Using the data below, return all lines in which "SUBTRACT" appears.

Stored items
====
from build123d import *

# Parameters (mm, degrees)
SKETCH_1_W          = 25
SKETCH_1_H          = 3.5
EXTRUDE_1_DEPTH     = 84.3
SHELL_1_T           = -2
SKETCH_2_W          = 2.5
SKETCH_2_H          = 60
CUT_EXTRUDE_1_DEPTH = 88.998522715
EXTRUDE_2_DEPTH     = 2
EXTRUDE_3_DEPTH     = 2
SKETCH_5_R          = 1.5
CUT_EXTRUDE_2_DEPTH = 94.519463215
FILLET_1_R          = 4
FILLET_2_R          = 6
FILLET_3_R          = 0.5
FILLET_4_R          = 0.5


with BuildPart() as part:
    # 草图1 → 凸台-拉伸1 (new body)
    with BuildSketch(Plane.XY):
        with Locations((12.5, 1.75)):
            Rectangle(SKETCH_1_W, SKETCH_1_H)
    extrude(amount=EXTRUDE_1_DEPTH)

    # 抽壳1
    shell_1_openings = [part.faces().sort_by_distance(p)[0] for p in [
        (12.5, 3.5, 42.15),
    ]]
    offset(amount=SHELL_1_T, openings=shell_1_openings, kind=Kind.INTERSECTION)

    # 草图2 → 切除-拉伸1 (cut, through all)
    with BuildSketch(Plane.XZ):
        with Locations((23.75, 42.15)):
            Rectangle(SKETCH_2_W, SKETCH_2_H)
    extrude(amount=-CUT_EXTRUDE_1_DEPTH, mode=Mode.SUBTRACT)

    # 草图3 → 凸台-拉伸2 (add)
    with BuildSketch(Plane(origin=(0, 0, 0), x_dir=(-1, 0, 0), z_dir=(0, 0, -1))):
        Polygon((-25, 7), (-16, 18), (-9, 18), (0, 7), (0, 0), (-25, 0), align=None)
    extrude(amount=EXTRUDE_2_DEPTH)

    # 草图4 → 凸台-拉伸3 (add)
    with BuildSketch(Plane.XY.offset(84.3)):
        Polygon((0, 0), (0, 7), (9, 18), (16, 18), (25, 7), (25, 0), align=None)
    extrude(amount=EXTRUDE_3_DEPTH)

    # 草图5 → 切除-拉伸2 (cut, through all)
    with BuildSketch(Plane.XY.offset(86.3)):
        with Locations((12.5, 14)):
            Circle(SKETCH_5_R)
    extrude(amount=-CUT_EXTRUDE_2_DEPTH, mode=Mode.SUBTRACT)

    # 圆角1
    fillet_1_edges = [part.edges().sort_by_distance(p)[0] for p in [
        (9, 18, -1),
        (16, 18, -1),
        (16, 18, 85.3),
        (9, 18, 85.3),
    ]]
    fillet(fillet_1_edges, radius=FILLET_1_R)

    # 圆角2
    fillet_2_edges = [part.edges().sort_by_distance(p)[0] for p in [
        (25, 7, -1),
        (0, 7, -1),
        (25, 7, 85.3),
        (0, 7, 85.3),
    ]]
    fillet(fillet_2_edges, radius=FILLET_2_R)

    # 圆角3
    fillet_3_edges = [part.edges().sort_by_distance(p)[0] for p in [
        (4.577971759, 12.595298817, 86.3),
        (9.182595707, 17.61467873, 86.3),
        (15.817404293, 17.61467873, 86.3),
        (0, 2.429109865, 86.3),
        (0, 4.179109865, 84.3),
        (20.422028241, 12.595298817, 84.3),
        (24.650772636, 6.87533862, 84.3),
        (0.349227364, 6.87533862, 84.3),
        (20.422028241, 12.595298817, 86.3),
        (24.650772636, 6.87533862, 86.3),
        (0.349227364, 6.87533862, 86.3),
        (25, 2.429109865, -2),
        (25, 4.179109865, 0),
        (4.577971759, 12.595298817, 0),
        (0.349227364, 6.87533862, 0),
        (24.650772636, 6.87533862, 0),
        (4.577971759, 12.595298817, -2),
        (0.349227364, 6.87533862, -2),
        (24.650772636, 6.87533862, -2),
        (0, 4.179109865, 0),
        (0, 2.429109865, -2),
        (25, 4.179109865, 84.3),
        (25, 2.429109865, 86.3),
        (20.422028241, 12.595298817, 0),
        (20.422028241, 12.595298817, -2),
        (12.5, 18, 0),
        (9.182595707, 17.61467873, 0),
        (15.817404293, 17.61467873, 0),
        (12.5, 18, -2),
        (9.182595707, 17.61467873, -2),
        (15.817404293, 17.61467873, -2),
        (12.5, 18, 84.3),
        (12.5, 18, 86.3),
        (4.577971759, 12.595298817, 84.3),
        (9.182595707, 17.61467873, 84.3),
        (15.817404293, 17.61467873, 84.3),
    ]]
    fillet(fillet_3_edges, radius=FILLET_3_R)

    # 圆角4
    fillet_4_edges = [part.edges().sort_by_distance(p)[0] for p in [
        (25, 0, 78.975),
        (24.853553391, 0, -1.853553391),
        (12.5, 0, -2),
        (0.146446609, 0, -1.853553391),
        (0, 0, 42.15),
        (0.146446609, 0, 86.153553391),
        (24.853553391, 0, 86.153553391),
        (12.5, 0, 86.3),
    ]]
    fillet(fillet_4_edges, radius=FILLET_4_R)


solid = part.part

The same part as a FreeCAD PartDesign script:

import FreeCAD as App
import Part
import Sketcher
from FreeCAD import Vector


def edges_at(feature, points):
    """Names of the edges that pass closest to the given points."""
    edges = feature.Shape.Edges
    near = lambda p: min(range(len(edges)), key=lambda i: edges[i].distToShape(Part.Vertex(*p))[0])
    return sorted({f"Edge{near(p) + 1}" for p in points})


def faces_at(feature, points):
    """Names of the faces that lie closest to the given points."""
    faces = feature.Shape.Faces
    near = lambda p: min(range(len(faces)), key=lambda i: faces[i].distToShape(Part.Vertex(*p))[0])
    return sorted({f"Face{near(p) + 1}" for p in points})

doc = App.newDocument("Part")
body = doc.addObject("PartDesign::Body", "Body")

# Sketch on XY plane
sketch1 = doc.addObject("Sketcher::SketchObject", "Sketch")
body.addObject(sketch1)
sketch1.AttachmentSupport = (doc.XY_Plane, [""])
sketch1.MapMode = "FlatFace"
sketch1.addGeometry([
    Part.LineSegment(Vector(0, 3.5, 0), Vector(0, 0, 0)),
    Part.LineSegment(Vector(0, 0, 0), Vector(25, 0, 0)),
    Part.LineSegment(Vector(25, 0, 0), Vector(25, 3.5, 0)),
    Part.LineSegment(Vector(25, 3.5, 0), Vector(0, 3.5, 0)),
], False)
sketch1.addConstraint([
    Sketcher.Constraint("Coincident", 0, 2, 1, 1),
    Sketcher.Constraint("Coincident", 1, 2, 2, 1),
    Sketcher.Constraint("Coincident", 2, 2, 3, 1),
    Sketcher.Constraint("Coincident", 3, 2, 0, 1),
    Sketcher.Constraint("Vertical", 0),
    Sketcher.Constraint("Horizontal", 1),
    Sketcher.Constraint("Vertical", 2),
    Sketcher.Constraint("Horizontal", 3),
    Sketcher.Constraint("Coincident", 0, 2, -1, 1),
    Sketcher.Constraint("DistanceX", 1, 1, 1, 2, 25.0),
    Sketcher.Constraint("DistanceY", 0, 2, 0, 1, 3.5),
])
pad1 = doc.addObject("PartDesign::Pad", "Pad")
body.addObject(pad1)
pad1.Profile = sketch1
pad1.Length = 84.3
doc.recompute()

thickness = doc.addObject("PartDesign::Thickness", "Thickness")
body.addObject(thickness)
thickness.Base = (pad1, faces_at(pad1, [(12.5, 3.5, 42.15)]))
thickness.Value = 2
thickness.Reversed = True
thickness.Join = "Intersection"

# Sketch on XZ plane
sketch2 = doc.addObject("Sketcher::SketchObject", "Sketch001")
body.addObject(sketch2)
sketch2.AttachmentSupport = (doc.XZ_Plane, [""])
sketch2.MapMode = "FlatFace"
sketch2.addGeometry([
    Part.LineSegment(Vector(22.5, 72.2, 0), Vector(22.5, 12.2, 0)),
    Part.LineSegment(Vector(22.5, 12.2, 0), Vector(25, 12.2, 0)),
    Part.LineSegment(Vector(25, 12.2, 0), Vector(25, 72.2, 0)),
    Part.LineSegment(Vector(25, 72.2, 0), Vector(22.5, 72.2, 0)),
], False)
sketch2.addConstraint([
    Sketcher.Constraint("Coincident", 0, 2, 1, 1),
    Sketcher.Constraint("Coincident", 1, 2, 2, 1),
    Sketcher.Constraint("Coincident", 2, 2, 3, 1),
    Sketcher.Constraint("Coincident", 3, 2, 0, 1),
    Sketcher.Constraint("Vertical", 0),
    Sketcher.Constraint("Horizontal", 1),
    Sketcher.Constraint("Vertical", 2),
    Sketcher.Constraint("Horizontal", 3),
    Sketcher.Constraint("DistanceY", 0, 2, 0, 1, 60.0),
    Sketcher.Constraint("DistanceX", 1, 1, 1, 2, 2.5),
    Sketcher.Constraint("DistanceX", -1, 1, 1, 2, 25.0),
    Sketcher.Constraint("DistanceY", -1, 1, 0, 2, 12.15),
])
pocket1 = doc.addObject("PartDesign::Pocket", "Pocket")
body.addObject(pocket1)
pocket1.Profile = sketch2
pocket1.Type = "ThroughAll"

# Sketch on XY plane
sketch3 = doc.addObject("Sketcher::SketchObject", "Sketch002")
body.addObject(sketch3)
sketch3.AttachmentSupport = (doc.XY_Plane, [""])
sketch3.MapMode = "FlatFace"
sketch3.addGeometry([
    Part.LineSegment(Vector(16, 18, 0), Vector(25, 7, 0)),  # 0
    Part.LineSegment(Vector(25, 7, 0), Vector(25, 0, 0)),  # 1
    Part.LineSegment(Vector(25, 0, 0), Vector(0, 0, 0)),  # 2
    Part.LineSegment(Vector(0, 0, 0), Vector(0, 7, 0)),  # 3
    Part.LineSegment(Vector(0, 7, 0), Vector(9, 18, 0)),  # 4
    Part.LineSegment(Vector(9, 18, 0), Vector(16, 18, 0)),  # 5
], False)
sketch3.addConstraint([
    Sketcher.Constraint("Coincident", 0, 2, 1, 1),
    Sketcher.Constraint("Coincident", 1, 2, 2, 1),
    Sketcher.Constraint("Coincident", 2, 2, 3, 1),
    Sketcher.Constraint("Coincident", 3, 2, 4, 1),
    Sketcher.Constraint("Coincident", 4, 2, 5, 1),
    Sketcher.Constraint("Coincident", 5, 2, 0, 1),
    Sketcher.Constraint("Vertical", 1),
    Sketcher.Constraint("Horizontal", 2),
    Sketcher.Constraint("Vertical", 3),
    Sketcher.Constraint("Horizontal", 5),
    Sketcher.Constraint("Coincident", 2, 2, -1, 1),
    Sketcher.Constraint("Horizontal", 0, 2, 3, 2),
    Sketcher.Constraint("Equal", 5, 1),
    Sketcher.Constraint("Equal", 0, 4),
    Sketcher.Constraint("DistanceX", 2, 2, 2, 1, 25.0),
    Sketcher.Constraint("DistanceX", 5, 1, 5, 2, 7.0),
    Sketcher.Constraint("DistanceY", -1, 1, 4, 2, 18.0),
])
pad2 = doc.addObject("PartDesign::Pad", "Pad001")
body.addObject(pad2)
pad2.Profile = sketch3
pad2.Length = 2
pad2.Reversed = True

# Sketch on XY plane
sketch4 = doc.addObject("Sketcher::SketchObject", "Sketch003")
body.addObject(sketch4)
sketch4.AttachmentSupport = (doc.XY_Plane, [""])
sketch4.MapMode = "FlatFace"
sketch4.AttachmentOffset = App.Placement(Vector(0, 0, 84.3), App.Rotation())
sketch4.addGeometry([
    Part.LineSegment(Vector(0, 7, 0), Vector(0, 0, 0)),  # 0
    Part.LineSegment(Vector(0, 0, 0), Vector(25, 0, 0)),  # 1
    Part.LineSegment(Vector(25, 0, 0), Vector(25, 7, 0)),  # 2
    Part.LineSegment(Vector(25, 7, 0), Vector(16, 18, 0)),  # 3
    Part.LineSegment(Vector(16, 18, 0), Vector(9, 18, 0)),  # 4
    Part.LineSegment(Vector(9, 18, 0), Vector(0, 7, 0)),  # 5
], False)
sketch4.addConstraint([
    Sketcher.Constraint("Coincident", 0, 2, 1, 1),
    Sketcher.Constraint("Coincident", 1, 2, 2, 1),
    Sketcher.Constraint("Coincident", 2, 2, 3, 1),
    Sketcher.Constraint("Coincident", 3, 2, 4, 1),
    Sketcher.Constraint("Coincident", 4, 2, 5, 1),
    Sketcher.Constraint("Coincident", 5, 2, 0, 1),
    Sketcher.Constraint("Vertical", 0),
    Sketcher.Constraint("Horizontal", 1),
    Sketcher.Constraint("Vertical", 2),
    Sketcher.Constraint("Horizontal", 4),
    Sketcher.Constraint("Coincident", 0, 2, -1, 1),
    Sketcher.Constraint("Horizontal", 2, 2, 5, 2),
    Sketcher.Constraint("Equal", 4, 0),
    Sketcher.Constraint("Equal", 3, 5),
    Sketcher.Constraint("DistanceX", 1, 1, 1, 2, 25.0),
    Sketcher.Constraint("DistanceX", 4, 2, 4, 1, 7.0),
    Sketcher.Constraint("DistanceY", -1, 1, 3, 2, 18.0),
])
pad3 = doc.addObject("PartDesign::Pad", "Pad002")
body.addObject(pad3)
pad3.Profile = sketch4
pad3.Length = 2

# Sketch on XY plane
sketch5 = doc.addObject("Sketcher::SketchObject", "Sketch004")
body.addObject(sketch5)
sketch5.AttachmentSupport = (doc.XY_Plane, [""])
sketch5.MapMode = "FlatFace"
sketch5.AttachmentOffset = App.Placement(Vector(0, 0, 86.3), App.Rotation())
sketch5.addGeometry(Part.Circle(Vector(12.5, 14, 0), Vector(0, 0, 1), 1.5), False)
sketch5.addConstraint([
    Sketcher.Constraint("Diameter", 0, 3.0),
    Sketcher.Constraint("DistanceY", -1, 1, 0, 3, 14.0),
    Sketcher.Constraint("DistanceX", -1, 1, 0, 3, 12.5),
])
pocket2 = doc.addObject("PartDesign::Pocket", "Pocket001")
body.addObject(pocket2)
pocket2.Profile = sketch5
pocket2.Type = "ThroughAll"
doc.recompute()

fillet = doc.addObject("PartDesign::Fillet", "Fillet")
body.addObject(fillet)
fillet.Base = (pocket2, edges_at(pocket2, [
    (9, 18, -1),
    (16, 18, -1),
    (16, 18, 85.3),
    (9, 18, 85.3),
]))
fillet.Radius = 4
doc.recompute()

fillet2 = doc.addObject("PartDesign::Fillet", "Fillet001")
body.addObject(fillet2)
fillet2.Base = (fillet, edges_at(fillet, [
    (25, 7, -1),
    (0, 7, -1),
    (25, 7, 85.3),
    (0, 7, 85.3),
]))
fillet2.Radius = 6
doc.recompute()

fillet3 = doc.addObject("PartDesign::Fillet", "Fillet002")
body.addObject(fillet3)
fillet3.Base = (fillet2, edges_at(fillet2, [
    (4.578, 12.595, 86.3),
    (9.183, 17.615, 86.3),
    (15.817, 17.615, 86.3),
    (0, 2.429, 86.3),
    (0, 4.179, 84.3),
    (20.422, 12.595, 84.3),
    (24.651, 6.875, 84.3),
    (0.349, 6.875, 84.3),
    (20.422, 12.595, 86.3),
    (24.651, 6.875, 86.3),
    (0.349, 6.875, 86.3),
    (25, 2.429, -2),
    (25, 4.179, 0),
    (4.578, 12.595, 0),
    (0.349, 6.875, 0),
    (24.651, 6.875, 0),
    (4.578, 12.595, -2),
    (0.349, 6.875, -2),
    (24.651, 6.875, -2),
    (0, 4.179, 0),
    (0, 2.429, -2),
    (25, 4.179, 84.3),
    (25, 2.429, 86.3),
    (20.422, 12.595, 0),
    (20.422, 12.595, -2),
    (12.5, 18, 0),
    (9.183, 17.615, 0),
    (15.817, 17.615, 0),
    (12.5, 18, -2),
    (9.183, 17.615, -2),
    (15.817, 17.615, -2),
    (12.5, 18, 84.3),
    (12.5, 18, 86.3),
    (4.578, 12.595, 84.3),
    (9.183, 17.615, 84.3),
    (15.817, 17.615, 84.3),
]))
fillet3.Radius = 0.5
doc.recompute()

fillet4 = doc.addObject("PartDesign::Fillet", "Fillet003")
body.addObject(fillet4)
fillet4.Base = (fillet3, edges_at(fillet3, [
    (25, 0, 78.975),
    (24.854, 0, -1.854),
    (12.5, 0, -2),
    (0.146, 0, -1.854),
    (0, 0, 42.15),
    (0.146, 0, 86.154),
    (24.854, 0, 86.154),
    (12.5, 0, 86.3),
]))
fillet4.Radius = 0.5

doc.recompute()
====
ANSWER TO THIS TASK:
    extrude(amount=-CUT_EXTRUDE_1_DEPTH, mode=Mode.SUBTRACT)
    extrude(amount=-CUT_EXTRUDE_2_DEPTH, mode=Mode.SUBTRACT)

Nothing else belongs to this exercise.